Verteidigung im Högel-Prozess zweifelt Morde an

Verteidigung im Högel-Prozess zweifelt Morde an
Die Anwälte der ehemaligen Chefs von Niels Högel bezweifeln, dass der Patientenmörder wirklich alle ihm zur Last gelegten Taten begangen hat. Sie decken Unstimmigkeiten auf und fragen nach der Glaubwürdigkeit des Zeugen.

Oldenburg (epd). Widersprüche und Irritationen haben den fünften Verhandlungstag im Prozess gegen sieben frühere Vorgesetzte des Patientenmörders Niels Högel geprägt. In zwei Fällen stellten die insgesamt 18 Verteidiger am Mittwoch vor dem Oldenburger Landgericht infrage, ob der Zeuge Högel überhaupt für die ihm zur Last gelegten Todesfälle verantwortlich ist. Im ersten Fall soll Högel laut Dienstplan erst Stunden später zur Arbeit gekommen sein. Im zweiten Fall passen Namen und Zimmernummer einer mutmaßlich von Högel getöteten Frau nicht zusammen.

Der Vorsitzende Richter Sebastian Bührmann, die Staatsanwaltschaft und die 18 Verteidiger befragten Högel erneut stundenlang zu den acht zur Verhandlung stehenden Todesfällen in den Kliniken Oldenburg und Delmenhorst. Obgleich die Fälle zum Teil mehr als 20 Jahre zurückliegen, müssen sie für diesen Prozess neu bewiesen werden. Denn für die Angeklagten gilt die Unschuldsvermutung, wie Richter Bührmann erneut bentonte: „Die Uhren sind auf Null zurückgestellt.“

Angeklagt sind Ärzte, Verantwortliche aus der Pflege und ein früherer Geschäftsführer. Ihnen wird Beihilfe zur Tötung durch Unterlassen vorgeworfen. Aus Sicht der Staatsanwaltschaft hätten sie viele Mordtaten Högels mit an „Sicherheit grenzender Wahrscheinlichkeit“ verhindern können. Allen Angeklagten sei von bestimmten Zeitpunkten an klar gewesen, dass von Högel eine Gefahr für die Patienten ausgehe. (Az.: 5 Ks 20/16)

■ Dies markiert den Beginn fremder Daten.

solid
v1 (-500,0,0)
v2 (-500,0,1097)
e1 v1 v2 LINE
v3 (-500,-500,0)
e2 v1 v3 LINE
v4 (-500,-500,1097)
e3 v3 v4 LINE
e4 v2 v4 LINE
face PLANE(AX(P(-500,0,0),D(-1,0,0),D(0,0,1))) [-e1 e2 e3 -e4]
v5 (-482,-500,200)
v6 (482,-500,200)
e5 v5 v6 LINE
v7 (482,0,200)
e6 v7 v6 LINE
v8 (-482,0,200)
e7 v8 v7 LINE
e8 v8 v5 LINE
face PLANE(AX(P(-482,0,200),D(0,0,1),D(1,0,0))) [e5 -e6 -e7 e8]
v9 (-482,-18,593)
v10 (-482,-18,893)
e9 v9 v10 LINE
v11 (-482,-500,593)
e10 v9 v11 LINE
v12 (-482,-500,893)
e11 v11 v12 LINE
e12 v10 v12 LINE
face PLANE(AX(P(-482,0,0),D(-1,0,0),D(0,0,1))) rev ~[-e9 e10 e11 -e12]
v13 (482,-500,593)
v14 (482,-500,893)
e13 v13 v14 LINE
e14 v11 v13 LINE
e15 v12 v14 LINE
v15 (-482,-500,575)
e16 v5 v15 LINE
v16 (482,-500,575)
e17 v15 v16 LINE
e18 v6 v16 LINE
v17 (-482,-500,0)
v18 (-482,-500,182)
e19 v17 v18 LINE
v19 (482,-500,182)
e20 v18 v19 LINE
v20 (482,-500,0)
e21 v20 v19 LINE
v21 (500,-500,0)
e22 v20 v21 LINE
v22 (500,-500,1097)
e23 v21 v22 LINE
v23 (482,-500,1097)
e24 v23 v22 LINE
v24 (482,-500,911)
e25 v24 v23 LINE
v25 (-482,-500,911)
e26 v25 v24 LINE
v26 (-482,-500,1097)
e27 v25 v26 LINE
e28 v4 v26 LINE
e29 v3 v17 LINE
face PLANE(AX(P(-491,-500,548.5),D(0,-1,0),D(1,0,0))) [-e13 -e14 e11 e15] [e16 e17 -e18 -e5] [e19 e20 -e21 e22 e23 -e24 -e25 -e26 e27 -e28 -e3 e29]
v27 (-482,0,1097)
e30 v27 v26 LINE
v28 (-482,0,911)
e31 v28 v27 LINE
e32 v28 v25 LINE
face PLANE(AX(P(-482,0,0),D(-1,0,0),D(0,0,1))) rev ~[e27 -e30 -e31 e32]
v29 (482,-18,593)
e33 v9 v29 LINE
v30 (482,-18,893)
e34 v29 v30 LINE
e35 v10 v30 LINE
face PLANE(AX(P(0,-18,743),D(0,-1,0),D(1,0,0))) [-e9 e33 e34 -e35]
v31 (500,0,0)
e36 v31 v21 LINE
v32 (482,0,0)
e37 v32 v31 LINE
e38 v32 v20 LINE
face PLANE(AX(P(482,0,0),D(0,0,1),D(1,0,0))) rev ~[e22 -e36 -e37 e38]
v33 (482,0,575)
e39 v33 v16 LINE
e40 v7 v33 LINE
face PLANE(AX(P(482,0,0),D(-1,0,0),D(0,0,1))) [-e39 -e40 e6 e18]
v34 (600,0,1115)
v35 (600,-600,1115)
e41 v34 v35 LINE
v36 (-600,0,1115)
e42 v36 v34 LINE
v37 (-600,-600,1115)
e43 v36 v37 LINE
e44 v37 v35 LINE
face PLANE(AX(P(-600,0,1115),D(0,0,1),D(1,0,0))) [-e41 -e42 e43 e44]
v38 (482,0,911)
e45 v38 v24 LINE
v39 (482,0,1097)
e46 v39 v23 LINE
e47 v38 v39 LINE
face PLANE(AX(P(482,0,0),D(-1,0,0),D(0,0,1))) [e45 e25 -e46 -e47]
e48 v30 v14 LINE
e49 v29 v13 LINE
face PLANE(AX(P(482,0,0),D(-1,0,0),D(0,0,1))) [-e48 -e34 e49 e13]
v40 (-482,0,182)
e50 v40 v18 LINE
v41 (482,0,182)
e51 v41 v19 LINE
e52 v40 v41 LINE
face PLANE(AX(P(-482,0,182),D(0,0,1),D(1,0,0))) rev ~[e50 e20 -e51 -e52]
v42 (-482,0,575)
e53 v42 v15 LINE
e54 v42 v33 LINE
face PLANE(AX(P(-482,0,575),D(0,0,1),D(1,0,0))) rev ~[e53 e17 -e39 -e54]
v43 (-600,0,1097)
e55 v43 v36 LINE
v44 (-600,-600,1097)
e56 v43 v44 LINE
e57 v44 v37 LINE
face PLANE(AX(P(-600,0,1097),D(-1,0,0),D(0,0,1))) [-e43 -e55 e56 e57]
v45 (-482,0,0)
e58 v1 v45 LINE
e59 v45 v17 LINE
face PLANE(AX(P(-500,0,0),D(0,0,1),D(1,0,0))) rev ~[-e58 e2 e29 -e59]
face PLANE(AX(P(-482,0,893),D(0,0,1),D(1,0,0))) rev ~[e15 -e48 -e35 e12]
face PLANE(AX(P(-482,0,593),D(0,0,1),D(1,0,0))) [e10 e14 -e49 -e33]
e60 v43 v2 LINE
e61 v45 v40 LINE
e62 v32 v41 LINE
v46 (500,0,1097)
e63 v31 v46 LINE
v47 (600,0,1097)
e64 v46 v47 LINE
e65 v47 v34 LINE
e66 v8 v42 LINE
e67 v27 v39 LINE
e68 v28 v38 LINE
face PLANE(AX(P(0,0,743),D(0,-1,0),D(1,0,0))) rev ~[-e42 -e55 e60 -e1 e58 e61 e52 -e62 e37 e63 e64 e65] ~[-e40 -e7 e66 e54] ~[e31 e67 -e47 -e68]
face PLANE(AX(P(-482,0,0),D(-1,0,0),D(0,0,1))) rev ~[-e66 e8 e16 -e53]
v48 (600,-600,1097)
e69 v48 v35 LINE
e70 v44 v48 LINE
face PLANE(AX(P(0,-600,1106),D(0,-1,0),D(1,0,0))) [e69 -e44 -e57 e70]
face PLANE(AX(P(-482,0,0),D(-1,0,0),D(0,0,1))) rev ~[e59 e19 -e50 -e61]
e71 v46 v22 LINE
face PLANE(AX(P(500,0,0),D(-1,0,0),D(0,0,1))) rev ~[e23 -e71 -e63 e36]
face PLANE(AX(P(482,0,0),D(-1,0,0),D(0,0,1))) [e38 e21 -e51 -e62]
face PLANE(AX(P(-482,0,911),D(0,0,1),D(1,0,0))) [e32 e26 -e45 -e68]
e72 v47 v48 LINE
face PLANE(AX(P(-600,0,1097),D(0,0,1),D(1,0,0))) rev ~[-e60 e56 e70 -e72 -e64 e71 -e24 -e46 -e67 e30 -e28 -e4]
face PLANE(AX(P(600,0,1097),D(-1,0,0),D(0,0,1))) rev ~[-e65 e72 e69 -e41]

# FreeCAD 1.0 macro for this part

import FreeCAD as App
import Part
import Sketcher

V = App.Vector

doc = App.newDocument("Part")
body = doc.addObject("PartDesign::Body", "Body")

sketch1 = body.newObject("Sketcher::SketchObject", "Sketch")
sketch1.AttachmentSupport = (doc.getObject("XZ_Plane"), [""])
sketch1.MapMode = "FlatFace"
sketch1.addGeometry(Part.LineSegment(V(-600, 1115, 0), V(-600, 1097, 0)), False)
sketch1.addGeometry(Part.LineSegment(V(-600, 1097, 0), V(600, 1097, 0)), False)
sketch1.addGeometry(Part.LineSegment(V(600, 1097, 0), V(600, 1115, 0)), False)
sketch1.addGeometry(Part.LineSegment(V(600, 1115, 0), V(-600, 1115, 0)), False)
sketch1.addConstraint(Sketcher.Constraint("Coincident", 0, 2, 1, 1))
sketch1.addConstraint(Sketcher.Constraint("Coincident", 1, 2, 2, 1))
sketch1.addConstraint(Sketcher.Constraint("Coincident", 2, 2, 3, 1))
sketch1.addConstraint(Sketcher.Constraint("Coincident", 3, 2, 0, 1))
sketch1.addConstraint(Sketcher.Constraint("Vertical", 0))
sketch1.addConstraint(Sketcher.Constraint("Horizontal", 1))
sketch1.addConstraint(Sketcher.Constraint("Vertical", 2))
sketch1.addConstraint(Sketcher.Constraint("Horizontal", 3))
sketch1.addConstraint(Sketcher.Constraint("DistanceX", 1, 1, 1, 2, 1200.0))
sketch1.addConstraint(Sketcher.Constraint("DistanceY", 0, 2, 0, 1, 18.0))
sketch1.addConstraint(Sketcher.Constraint("DistanceX", 0, 2, -1, 1, 600.0))
sketch1.addConstraint(Sketcher.Constraint("DistanceY", -1, 1, 0, 2, 1097.0))
pad1 = body.newObject("PartDesign::Pad", "Pad")
pad1.Profile = sketch1
pad1.Length = 600

sketch2 = body.newObject("Sketcher::SketchObject", "Sketch001")
sketch2.AttachmentSupport = (doc.getObject("XZ_Plane"), [""])
sketch2.MapMode = "FlatFace"
sketch2.addGeometry(Part.LineSegment(V(-500, 1097, 0), V(-500, 0, 0)), False)
sketch2.addGeometry(Part.LineSegment(V(-500, 0, 0), V(-482, 0, 0)), False)
sketch2.addGeometry(Part.LineSegment(V(-482, 0, 0), V(-482, 1097, 0)), False)
sketch2.addGeometry(Part.LineSegment(V(-482, 1097, 0), V(-500, 1097, 0)), False)
sketch2.addGeometry(Part.LineSegment(V(482, 1097, 0), V(482, 0, 0)), False)
sketch2.addGeometry(Part.LineSegment(V(482, 0, 0), V(500, 0, 0)), False)
sketch2.addGeometry(Part.LineSegment(V(500, 0, 0), V(500, 1097, 0)), False)
sketch2.addGeometry(Part.LineSegment(V(500, 1097, 0), V(482, 1097, 0)), False)
sketch2.addConstraint(Sketcher.Constraint("Coincident", 0, 2, 1, 1))
sketch2.addConstraint(Sketcher.Constraint("Coincident", 1, 2, 2, 1))
sketch2.addConstraint(Sketcher.Constraint("Coincident", 2, 2, 3, 1))
sketch2.addConstraint(Sketcher.Constraint("Coincident", 3, 2, 0, 1))
sketch2.addConstraint(Sketcher.Constraint("Coincident", 4, 2, 5, 1))
sketch2.addConstraint(Sketcher.Constraint("Coincident", 5, 2, 6, 1))
sketch2.addConstraint(Sketcher.Constraint("Coincident", 6, 2, 7, 1))
sketch2.addConstraint(Sketcher.Constraint("Coincident", 7, 2, 4, 1))
sketch2.addConstraint(Sketcher.Constraint("Vertical", 0))
sketch2.addConstraint(Sketcher.Constraint("Horizontal", 1))
sketch2.addConstraint(Sketcher.Constraint("Vertical", 2))
sketch2.addConstraint(Sketcher.Constraint("Horizontal", 3))
sketch2.addConstraint(Sketcher.Constraint("Vertical", 4))
sketch2.addConstraint(Sketcher.Constraint("Horizontal", 5))
sketch2.addConstraint(Sketcher.Constraint("Vertical", 6))
sketch2.addConstraint(Sketcher.Constraint("Horizontal", 7))
sketch2.addConstraint(Sketcher.Constraint("Symmetric", 1, 2, 4, 2, -1, 1))
sketch2.addConstraint(Sketcher.Constraint("Symmetric", 0, 2, 5, 2, -2))
sketch2.addConstraint(Sketcher.Constraint("Horizontal", 3, 2, 6, 2))
sketch2.addConstraint(Sketcher.Constraint("DistanceX", 1, 1, 1, 2, 18.0))
sketch2.addConstraint(Sketcher.Constraint("DistanceY", 0, 2, 0, 1, 1097.0))
sketch2.addConstraint(Sketcher.Constraint("DistanceX", 0, 2, -1, 1, 500.0))
pad2 = body.newObject("PartDesign::Pad", "Pad001")
pad2.Profile = sketch2
pad2.Length = 500

sketch3 = body.newObject("Sketcher::SketchObject", "Sketch002")
sketch3.AttachmentSupport = (doc.getObject("XZ_Plane"), [""])
sketch3.MapMode = "FlatFace"
sketch3.addGeometry(Part.LineSegment(V(-482, 200, 0), V(-482, 182, 0)), False)
sketch3.addGeometry(Part.LineSegment(V(-482, 182, 0), V(482, 182, 0)), False)
sketch3.addGeometry(Part.LineSegment(V(482, 182, 0), V(482, 200, 0)), False)
sketch3.addGeometry(Part.LineSegment(V(482, 200, 0), V(-482, 200, 0)), False)
sketch3.addGeometry(Part.LineSegment(V(-482, 593, 0), V(-482, 575, 0)), False)
sketch3.addGeometry(Part.LineSegment(V(-482, 575, 0), V(482, 575, 0)), False)
sketch3.addGeometry(Part.LineSegment(V(482, 575, 0), V(482, 593, 0)), False)
sketch3.addGeometry(Part.LineSegment(V(482, 593, 0), V(-482, 593, 0)), False)
sketch3.addGeometry(Part.LineSegment(V(-482, 911, 0), V(-482, 893, 0)), False)
sketch3.addGeometry(Part.LineSegment(V(-482, 893, 0), V(482, 893, 0)), False)
sketch3.addGeometry(Part.LineSegment(V(482, 893, 0), V(482, 911, 0)), False)
sketch3.addGeometry(Part.LineSegment(V(482, 911, 0), V(-482, 911, 0)), False)
sketch3.addConstraint(Sketcher.Constraint("Coincident", 0, 2, 1, 1))
sketch3.addConstraint(Sketcher.Constraint("Coincident", 1, 2, 2, 1))
sketch3.addConstraint(Sketcher.Constraint("Coincident", 2, 2, 3, 1))
sketch3.addConstraint(Sketcher.Constraint("Coincident", 3, 2, 0, 1))
sketch3.addConstraint(Sketcher.Constraint("Coincident", 4, 2, 5, 1))
sketch3.addConstraint(Sketcher.Constraint("Coincident", 5, 2, 6, 1))
sketch3.addConstraint(Sketcher.Constraint("Coincident", 6, 2, 7, 1))
sketch3.addConstraint(Sketcher.Constraint("Coincident", 7, 2, 4, 1))
sketch3.addConstraint(Sketcher.Constraint("Coincident", 8, 2, 9, 1))
sketch3.addConstraint(Sketcher.Constraint("Coincident", 9, 2, 10, 1))
sketch3.addConstraint(Sketcher.Constraint("Coincident", 10, 2, 11, 1))
sketch3.addConstraint(Sketcher.Constraint("Coincident", 11, 2, 8, 1))
sketch3.addConstraint(Sketcher.Constraint("Vertical", 0))
sketch3.addConstraint(Sketcher.Constraint("Horizontal", 1))
sketch3.addConstraint(Sketcher.Constraint("Vertical", 2))
sketch3.addConstraint(Sketcher.Constraint("Horizontal", 3))
sketch3.addConstraint(Sketcher.Constraint("Vertical", 4))
sketch3.addConstraint(Sketcher.Constraint("Horizontal", 5))
sketch3.addConstraint(Sketcher.Constraint("Vertical", 6))
sketch3.addConstraint(Sketcher.Constraint("Horizontal", 7))
sketch3.addConstraint(Sketcher.Constraint("Vertical", 8))
sketch3.addConstraint(Sketcher.Constraint("Horizontal", 9))
sketch3.addConstraint(Sketcher.Constraint("Vertical", 10))
sketch3.addConstraint(Sketcher.Constraint("Horizontal", 11))
sketch3.addConstraint(Sketcher.Constraint("Vertical", 3, 2, 4, 2))
sketch3.addConstraint(Sketcher.Constraint("Vertical", 2, 2, 5, 2))
sketch3.addConstraint(Sketcher.Constraint("Vertical", 7, 2, 8, 2))
sketch3.addConstraint(Sketcher.Constraint("Vertical", 6, 2, 9, 2))
sketch3.addConstraint(Sketcher.Constraint("Equal", 2, 4))
sketch3.addConstraint(Sketcher.Constraint("Equal", 6, 8))
sketch3.addConstraint(Sketcher.Constraint("DistanceX", 1, 1, 1, 2, 964.0))
sketch3.addConstraint(Sketcher.Constraint("DistanceY", 0, 2, 0, 1, 18.0))
sketch3.addConstraint(Sketcher.Constraint("DistanceX", 0, 2, -1, 1, 482.0))
sketch3.addConstraint(Sketcher.Constraint("DistanceY", -1, 1, 0, 2, 182.0))
sketch3.addConstraint(Sketcher.Constraint("DistanceY", -1, 1, 4, 2, 575.0))
sketch3.addConstraint(Sketcher.Constraint("DistanceY", -1, 1, 8, 2, 893.0))
pad3 = body.newObject("PartDesign::Pad", "Pad002")
pad3.Profile = sketch3
pad3.Length = 500

sketch4 = body.newObject("Sketcher::SketchObject", "Sketch003")
sketch4.AttachmentSupport = (doc.getObject("XZ_Plane"), [""])
sketch4.MapMode = "FlatFace"
sketch4.addGeometry(Part.LineSegment(V(-482, 893, 0), V(-482, 593, 0)), False)
sketch4.addGeometry(Part.LineSegment(V(-482, 593, 0), V(482, 593, 0)), False)
sketch4.addGeometry(Part.LineSegment(V(482, 593, 0), V(482, 893, 0)), False)
sketch4.addGeometry(Part.LineSegment(V(482, 893, 0), V(-482, 893, 0)), False)
sketch4.addConstraint(Sketcher.Constraint("Coincident", 0, 2, 1, 1))
sketch4.addConstraint(Sketcher.Constraint("Coincident", 1, 2, 2, 1))
sketch4.addConstraint(Sketcher.Constraint("Coincident", 2, 2, 3, 1))
sketch4.addConstraint(Sketcher.Constraint("Coincident", 3, 2, 0, 1))
sketch4.addConstraint(Sketcher.Constraint("Vertical", 0))
sketch4.addConstraint(Sketcher.Constraint("Horizontal", 1))
sketch4.addConstraint(Sketcher.Constraint("Vertical", 2))
sketch4.addConstraint(Sketcher.Constraint("Horizontal", 3))
sketch4.addConstraint(Sketcher.Constraint("DistanceX", 1, 1, 1, 2, 964.0))
sketch4.addConstraint(Sketcher.Constraint("DistanceY", 0, 2, 0, 1, 300.0))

Wie bei den bisherigen Verhandlungstagen versuchten die Verteidiger, Widersprüche in der Anklage und bei Högel herauszuarbeiten. Immer wieder musste Högel Wissenslücken einräumen. Oft sagte er: „Ich kann mich nicht erinnern, aber ich kann auch nichts ausschließen.“

Teilweise widersprach Högel den Verteidigern: Bei dem im Widerspruch zu seinem Dienstplan stehenden Todesfall erinnerte Högel daran, dass er damals im Rahmen von Rufbereitschaften oder für Doppelschichten auch außerhalb seiner Kernarbeitszeiten im Krankenhaus war.

Der Todesfall einer weiteren Patientin blieb rätselhaft. Högel bestätigte, dass er die Frau, die mit einer Herz-Lungen-Maschine versorgt wurde, vergiftet habe. Er erinnere sich auch deshalb so gut an die Tat, weil diese technisch anspruchsvollen Geräte äußerst selten eingesetzt würden.

Aufgrund des Studiums der Patientenakten, die er für die Prozessvorbereitung als Erinnerungshilfe erhalten habe, sei er sicher gewesen, dass es sich bei der Patientin um Frau T. gehandelt habe, sagte Högel. Er wisse auch genau, dass Frau T. im Einzelzimmer Nummer 7 gelegen habe. Doch ein Verteidiger widersprach den Angaben und ließ auf den Monitoren im Gerichtssaal einen Stationsplan einblenden. Demnach hatte Frau T. auf Zimmer 15 gelegen, einem Doppelzimmer.

Der Ex-Krankenpfleger Högel war am 6. Juni 2019 vom Oldenburger Landgericht zu einer lebenslangen Haft wegen 85 Morden verurteilt worden. Bereits 2015 war er wegen weiterer Tötungen verurteilt worden. Er hatte Patienten mit Medikamenten vergiftet, um sie anschließend reanimieren zu können. So wollte er als Lebensretter glänzen.